Kreative Streitigkeiten: Capital One einigt sich mit Social-Media-Influencern
In einem bemerkenswerten Rechtsstreit, der das Zusammenspiel von Technologie und Marketing beleuchtet, hat sich die sechstgrößte US-Bank Capital One mit einer Gruppe von Social-Media-Kreativen über einen rechtlich umstrittenen Browser-Add-On geeinigt. Der sogenannte Capital One Shopping Browser wurde beschuldigt, die Umsatzprovisionen von Kreativen abzufangen. Nach Angaben der Anklage nutzte der Browser die Rabattfunktion, um den Anschein zu erwecken, als kämen abgeschlossene Käufe über die Empfehlung der Bank zustande und nicht über die der Original-Urheber.
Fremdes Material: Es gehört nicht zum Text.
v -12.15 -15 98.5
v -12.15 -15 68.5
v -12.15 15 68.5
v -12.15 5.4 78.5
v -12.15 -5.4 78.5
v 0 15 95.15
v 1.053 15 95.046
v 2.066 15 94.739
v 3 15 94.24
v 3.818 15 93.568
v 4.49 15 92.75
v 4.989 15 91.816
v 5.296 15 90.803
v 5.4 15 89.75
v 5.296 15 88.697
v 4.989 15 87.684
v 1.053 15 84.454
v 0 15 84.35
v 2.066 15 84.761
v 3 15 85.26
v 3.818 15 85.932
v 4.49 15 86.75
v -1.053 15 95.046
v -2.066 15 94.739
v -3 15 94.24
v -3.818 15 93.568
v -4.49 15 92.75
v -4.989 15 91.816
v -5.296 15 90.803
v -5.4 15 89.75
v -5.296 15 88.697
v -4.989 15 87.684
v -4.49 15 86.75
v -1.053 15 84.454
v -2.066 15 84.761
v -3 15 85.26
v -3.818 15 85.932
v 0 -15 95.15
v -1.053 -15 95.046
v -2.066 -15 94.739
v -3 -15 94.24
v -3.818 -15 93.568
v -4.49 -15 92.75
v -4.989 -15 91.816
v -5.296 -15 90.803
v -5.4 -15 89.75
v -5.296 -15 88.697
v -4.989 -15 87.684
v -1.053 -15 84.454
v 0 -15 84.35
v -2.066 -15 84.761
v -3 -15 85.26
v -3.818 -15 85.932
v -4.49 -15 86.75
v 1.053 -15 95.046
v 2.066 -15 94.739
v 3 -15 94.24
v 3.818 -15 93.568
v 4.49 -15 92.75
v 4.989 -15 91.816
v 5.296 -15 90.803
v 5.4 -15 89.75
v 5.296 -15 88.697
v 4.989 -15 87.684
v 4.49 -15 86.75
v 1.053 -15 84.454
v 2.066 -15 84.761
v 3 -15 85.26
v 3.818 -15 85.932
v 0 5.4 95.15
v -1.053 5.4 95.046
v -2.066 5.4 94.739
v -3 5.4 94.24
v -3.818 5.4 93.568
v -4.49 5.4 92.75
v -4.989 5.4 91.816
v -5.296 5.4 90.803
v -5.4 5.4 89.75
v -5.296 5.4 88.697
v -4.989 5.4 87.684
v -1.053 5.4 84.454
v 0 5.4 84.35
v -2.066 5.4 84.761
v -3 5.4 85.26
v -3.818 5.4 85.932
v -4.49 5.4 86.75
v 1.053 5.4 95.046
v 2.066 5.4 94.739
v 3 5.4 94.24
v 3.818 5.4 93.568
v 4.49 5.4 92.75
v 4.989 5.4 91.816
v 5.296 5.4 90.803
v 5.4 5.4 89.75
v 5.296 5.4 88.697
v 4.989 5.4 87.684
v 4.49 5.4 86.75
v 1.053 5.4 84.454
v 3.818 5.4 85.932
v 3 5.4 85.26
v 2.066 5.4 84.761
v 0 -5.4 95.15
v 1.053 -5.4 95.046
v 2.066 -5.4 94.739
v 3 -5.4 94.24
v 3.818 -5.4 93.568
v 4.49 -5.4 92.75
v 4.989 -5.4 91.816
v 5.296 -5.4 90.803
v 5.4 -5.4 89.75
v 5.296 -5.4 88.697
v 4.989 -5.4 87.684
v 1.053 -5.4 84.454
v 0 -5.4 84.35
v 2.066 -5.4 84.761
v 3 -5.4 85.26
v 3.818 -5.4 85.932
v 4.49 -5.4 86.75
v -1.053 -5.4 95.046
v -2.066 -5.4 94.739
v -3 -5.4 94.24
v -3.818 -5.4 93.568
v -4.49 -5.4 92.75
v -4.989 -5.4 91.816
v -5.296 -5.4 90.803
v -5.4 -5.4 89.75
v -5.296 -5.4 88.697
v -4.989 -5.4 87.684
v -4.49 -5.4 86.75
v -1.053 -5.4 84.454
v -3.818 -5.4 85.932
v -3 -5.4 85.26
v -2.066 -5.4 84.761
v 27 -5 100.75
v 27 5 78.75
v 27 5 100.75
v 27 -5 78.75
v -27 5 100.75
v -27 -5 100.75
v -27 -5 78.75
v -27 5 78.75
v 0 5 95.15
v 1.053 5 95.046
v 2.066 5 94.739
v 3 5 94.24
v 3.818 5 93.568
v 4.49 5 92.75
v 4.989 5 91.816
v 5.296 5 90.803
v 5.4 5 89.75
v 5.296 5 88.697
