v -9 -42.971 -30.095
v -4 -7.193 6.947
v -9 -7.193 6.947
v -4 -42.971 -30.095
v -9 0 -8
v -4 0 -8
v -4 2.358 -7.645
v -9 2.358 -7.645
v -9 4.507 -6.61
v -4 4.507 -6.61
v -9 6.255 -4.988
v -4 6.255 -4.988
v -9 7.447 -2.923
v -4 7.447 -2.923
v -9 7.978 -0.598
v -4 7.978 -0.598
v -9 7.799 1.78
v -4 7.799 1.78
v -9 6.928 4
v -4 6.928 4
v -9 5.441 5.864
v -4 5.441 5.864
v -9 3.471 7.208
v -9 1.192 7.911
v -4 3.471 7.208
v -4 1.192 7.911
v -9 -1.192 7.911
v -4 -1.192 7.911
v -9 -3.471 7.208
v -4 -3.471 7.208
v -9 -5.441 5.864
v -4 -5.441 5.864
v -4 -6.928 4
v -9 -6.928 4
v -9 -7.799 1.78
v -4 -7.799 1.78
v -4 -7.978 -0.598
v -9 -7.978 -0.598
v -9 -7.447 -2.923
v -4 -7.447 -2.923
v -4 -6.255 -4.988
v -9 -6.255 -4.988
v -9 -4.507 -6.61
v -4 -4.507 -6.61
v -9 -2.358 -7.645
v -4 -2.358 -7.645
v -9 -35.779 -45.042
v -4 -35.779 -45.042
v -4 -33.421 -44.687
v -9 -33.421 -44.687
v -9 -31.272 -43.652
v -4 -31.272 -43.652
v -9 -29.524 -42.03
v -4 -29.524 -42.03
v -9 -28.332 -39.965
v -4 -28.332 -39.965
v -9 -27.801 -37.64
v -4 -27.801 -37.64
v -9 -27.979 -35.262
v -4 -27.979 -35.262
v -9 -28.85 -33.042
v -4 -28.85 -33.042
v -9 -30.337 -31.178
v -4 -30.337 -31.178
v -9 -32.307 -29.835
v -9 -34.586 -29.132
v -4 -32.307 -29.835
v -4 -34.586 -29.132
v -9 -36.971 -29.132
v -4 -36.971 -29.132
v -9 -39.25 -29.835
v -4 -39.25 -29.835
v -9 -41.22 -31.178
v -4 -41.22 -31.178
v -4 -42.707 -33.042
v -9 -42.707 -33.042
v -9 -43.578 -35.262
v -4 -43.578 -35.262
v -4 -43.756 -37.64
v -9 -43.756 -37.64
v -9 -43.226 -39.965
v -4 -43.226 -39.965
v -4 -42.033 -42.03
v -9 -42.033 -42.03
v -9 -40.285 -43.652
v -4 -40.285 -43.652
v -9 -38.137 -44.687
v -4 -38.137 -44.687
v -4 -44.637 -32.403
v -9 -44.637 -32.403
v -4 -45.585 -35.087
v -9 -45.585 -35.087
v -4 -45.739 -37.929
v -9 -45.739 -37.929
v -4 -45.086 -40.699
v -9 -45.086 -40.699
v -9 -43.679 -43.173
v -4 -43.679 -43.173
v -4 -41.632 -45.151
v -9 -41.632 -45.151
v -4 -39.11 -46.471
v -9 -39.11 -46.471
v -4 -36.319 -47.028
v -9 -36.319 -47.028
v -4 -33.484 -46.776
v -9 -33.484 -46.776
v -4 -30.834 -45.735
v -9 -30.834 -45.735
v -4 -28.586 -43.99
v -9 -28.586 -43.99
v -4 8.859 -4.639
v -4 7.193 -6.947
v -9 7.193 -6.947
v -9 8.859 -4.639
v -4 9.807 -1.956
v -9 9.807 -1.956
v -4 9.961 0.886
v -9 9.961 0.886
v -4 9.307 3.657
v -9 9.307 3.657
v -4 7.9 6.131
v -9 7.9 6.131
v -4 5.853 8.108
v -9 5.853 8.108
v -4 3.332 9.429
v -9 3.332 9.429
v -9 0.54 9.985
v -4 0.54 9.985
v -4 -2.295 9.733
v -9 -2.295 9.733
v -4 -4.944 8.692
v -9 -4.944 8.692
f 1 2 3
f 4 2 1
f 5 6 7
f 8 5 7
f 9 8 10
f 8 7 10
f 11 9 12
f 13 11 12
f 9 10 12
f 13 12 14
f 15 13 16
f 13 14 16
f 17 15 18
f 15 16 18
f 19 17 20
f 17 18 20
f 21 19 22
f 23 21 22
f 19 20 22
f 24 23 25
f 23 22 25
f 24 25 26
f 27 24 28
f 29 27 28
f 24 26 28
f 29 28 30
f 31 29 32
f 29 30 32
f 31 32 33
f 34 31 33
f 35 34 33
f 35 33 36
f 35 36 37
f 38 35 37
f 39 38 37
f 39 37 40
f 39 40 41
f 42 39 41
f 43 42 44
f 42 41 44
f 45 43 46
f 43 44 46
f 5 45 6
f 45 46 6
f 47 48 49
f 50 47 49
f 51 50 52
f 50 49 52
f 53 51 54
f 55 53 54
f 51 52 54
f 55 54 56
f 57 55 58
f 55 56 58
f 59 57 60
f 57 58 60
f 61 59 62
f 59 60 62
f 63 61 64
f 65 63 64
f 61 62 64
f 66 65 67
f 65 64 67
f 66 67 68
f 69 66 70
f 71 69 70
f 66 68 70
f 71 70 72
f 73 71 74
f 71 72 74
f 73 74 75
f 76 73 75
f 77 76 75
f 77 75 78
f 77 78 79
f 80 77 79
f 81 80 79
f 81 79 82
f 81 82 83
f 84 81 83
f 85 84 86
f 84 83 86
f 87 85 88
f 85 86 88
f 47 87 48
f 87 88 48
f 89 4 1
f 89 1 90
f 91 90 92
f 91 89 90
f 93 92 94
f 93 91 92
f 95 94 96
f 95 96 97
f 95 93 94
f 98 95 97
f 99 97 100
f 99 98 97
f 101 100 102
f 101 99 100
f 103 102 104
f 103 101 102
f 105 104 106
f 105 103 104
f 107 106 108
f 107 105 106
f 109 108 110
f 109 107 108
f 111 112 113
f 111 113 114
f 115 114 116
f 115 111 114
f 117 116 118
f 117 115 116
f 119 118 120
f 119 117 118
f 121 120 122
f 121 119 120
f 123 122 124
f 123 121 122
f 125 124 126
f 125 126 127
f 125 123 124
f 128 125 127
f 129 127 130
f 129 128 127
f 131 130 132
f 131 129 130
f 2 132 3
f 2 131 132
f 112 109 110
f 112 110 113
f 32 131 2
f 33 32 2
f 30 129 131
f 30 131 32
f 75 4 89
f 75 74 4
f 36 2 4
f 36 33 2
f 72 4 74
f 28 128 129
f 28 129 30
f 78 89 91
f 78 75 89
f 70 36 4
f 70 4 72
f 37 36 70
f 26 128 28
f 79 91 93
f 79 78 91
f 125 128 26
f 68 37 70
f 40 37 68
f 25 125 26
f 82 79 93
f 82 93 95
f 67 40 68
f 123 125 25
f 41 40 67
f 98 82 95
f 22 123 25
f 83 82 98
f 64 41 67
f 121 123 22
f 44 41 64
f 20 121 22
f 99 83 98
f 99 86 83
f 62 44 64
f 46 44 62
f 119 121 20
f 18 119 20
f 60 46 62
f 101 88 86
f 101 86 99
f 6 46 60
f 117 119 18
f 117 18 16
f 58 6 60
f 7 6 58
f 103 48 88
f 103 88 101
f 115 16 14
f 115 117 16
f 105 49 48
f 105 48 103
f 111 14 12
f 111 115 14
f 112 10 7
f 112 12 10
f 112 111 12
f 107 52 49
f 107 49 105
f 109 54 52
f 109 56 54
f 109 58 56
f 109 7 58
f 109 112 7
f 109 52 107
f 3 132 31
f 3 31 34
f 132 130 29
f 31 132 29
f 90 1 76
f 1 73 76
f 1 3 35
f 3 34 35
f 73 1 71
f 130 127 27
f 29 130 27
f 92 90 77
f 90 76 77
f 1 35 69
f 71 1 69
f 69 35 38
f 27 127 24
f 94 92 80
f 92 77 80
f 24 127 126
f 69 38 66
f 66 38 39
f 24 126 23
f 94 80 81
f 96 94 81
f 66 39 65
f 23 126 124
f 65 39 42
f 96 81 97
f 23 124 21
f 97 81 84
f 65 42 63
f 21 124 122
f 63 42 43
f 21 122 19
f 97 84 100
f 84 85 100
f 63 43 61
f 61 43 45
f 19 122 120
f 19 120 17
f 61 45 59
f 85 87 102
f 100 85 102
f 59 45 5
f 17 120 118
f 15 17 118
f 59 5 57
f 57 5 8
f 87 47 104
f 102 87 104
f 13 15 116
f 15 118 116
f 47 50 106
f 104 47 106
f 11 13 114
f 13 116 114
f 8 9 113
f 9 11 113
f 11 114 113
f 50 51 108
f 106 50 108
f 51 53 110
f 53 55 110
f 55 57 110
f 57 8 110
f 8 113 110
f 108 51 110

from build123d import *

# Parameters (mm, degrees)
BOSS_EXTRUDE1_START = -4
SKETCH2_R           = 8
BOSS_EXTRUDE1_DEPTH = 5


with BuildPart() as part:
    # Sketch2 → Boss-Extrude1 (new body)
    with BuildSketch(Plane(origin=(0, 0, 0), x_dir=(0, 0, -1), z_dir=(1, 0, 0)).offset(BOSS_EXTRUDE1_START)):
        with BuildLine():
            Line((43.989770311, -28.585837543), (6.947291622, 7.192714309))
            ThreePointArc((6.947291622, 7.192714309), (-7.192714309, 6.947291622), (-6.947291622, -7.192714309))
            Line((-6.947291622, -7.192714309), (30.095187067, -42.97126616))
            ThreePointArc((30.095187067, -42.97126616), (44.235192998, -42.725843473), (43.989770311, -28.585837543))
        make_face()
        with Locations((37.042478689, -35.778551851)):
            Circle(SKETCH2_R, mode=Mode.SUBTRACT)
        Circle(SKETCH2_R, mode=Mode.SUBTRACT)
    extrude(amount=-BOSS_EXTRUDE1_DEPTH)


solid = part.part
Am vergangenen Donnerstag reichten beide Parteien am Bundesgericht in Alexandria, Virginia, eine Mitteilung über die Einigung ein, wobei eine vorläufige Genehmigung bis zum 17. November erwartet wird. Trotz der Einigung wies Capital One jegliches Fehlverhalten von sich und betonte, dass für die Verbraucher keine Änderungen bei der Nutzung des Browser-Add-Ons zu erwarten seien.
Interessanterweise betonte ein Sprecher von Capital One, dass die gesammelten Beweise auf die Einhaltung der Industrieansprüche und eine harmonische Ausrichtung mit den Werbepartnern hinweisen. Die Kläger, bestehend aus einer vielfältigen Gruppe von Bloggern, Influencern und YouTubern, äußerten sich bisher nicht direkt zu der gütlichen Einigung.
Der Fall ist Teil einer weitreichenden Diskussion über Affiliate-Marketing, einem Modell, bei dem Inhalte durch auf Plattformen eingebettete Links gefördert werden. Diese Praxis wird von Händlern und Drittanbietern unterstützt. Die Debatte drehte sich darum, ob Capital One bewusst Tracking-Codes, wie Cookies, übergangen hat, um die Kommissionen der Kreativen abzuschöpfen.
Wichtig zu erwähnen ist, dass diese Thematik weit über Capital One hinausgeht. Auch bekannte Unternehmen wie Microsoft und PayPal sahen sich ähnlichen Vorwürfen bezüglich ihrer Extensions, Microsoft Shopping und PayPal Honey, ausgesetzt.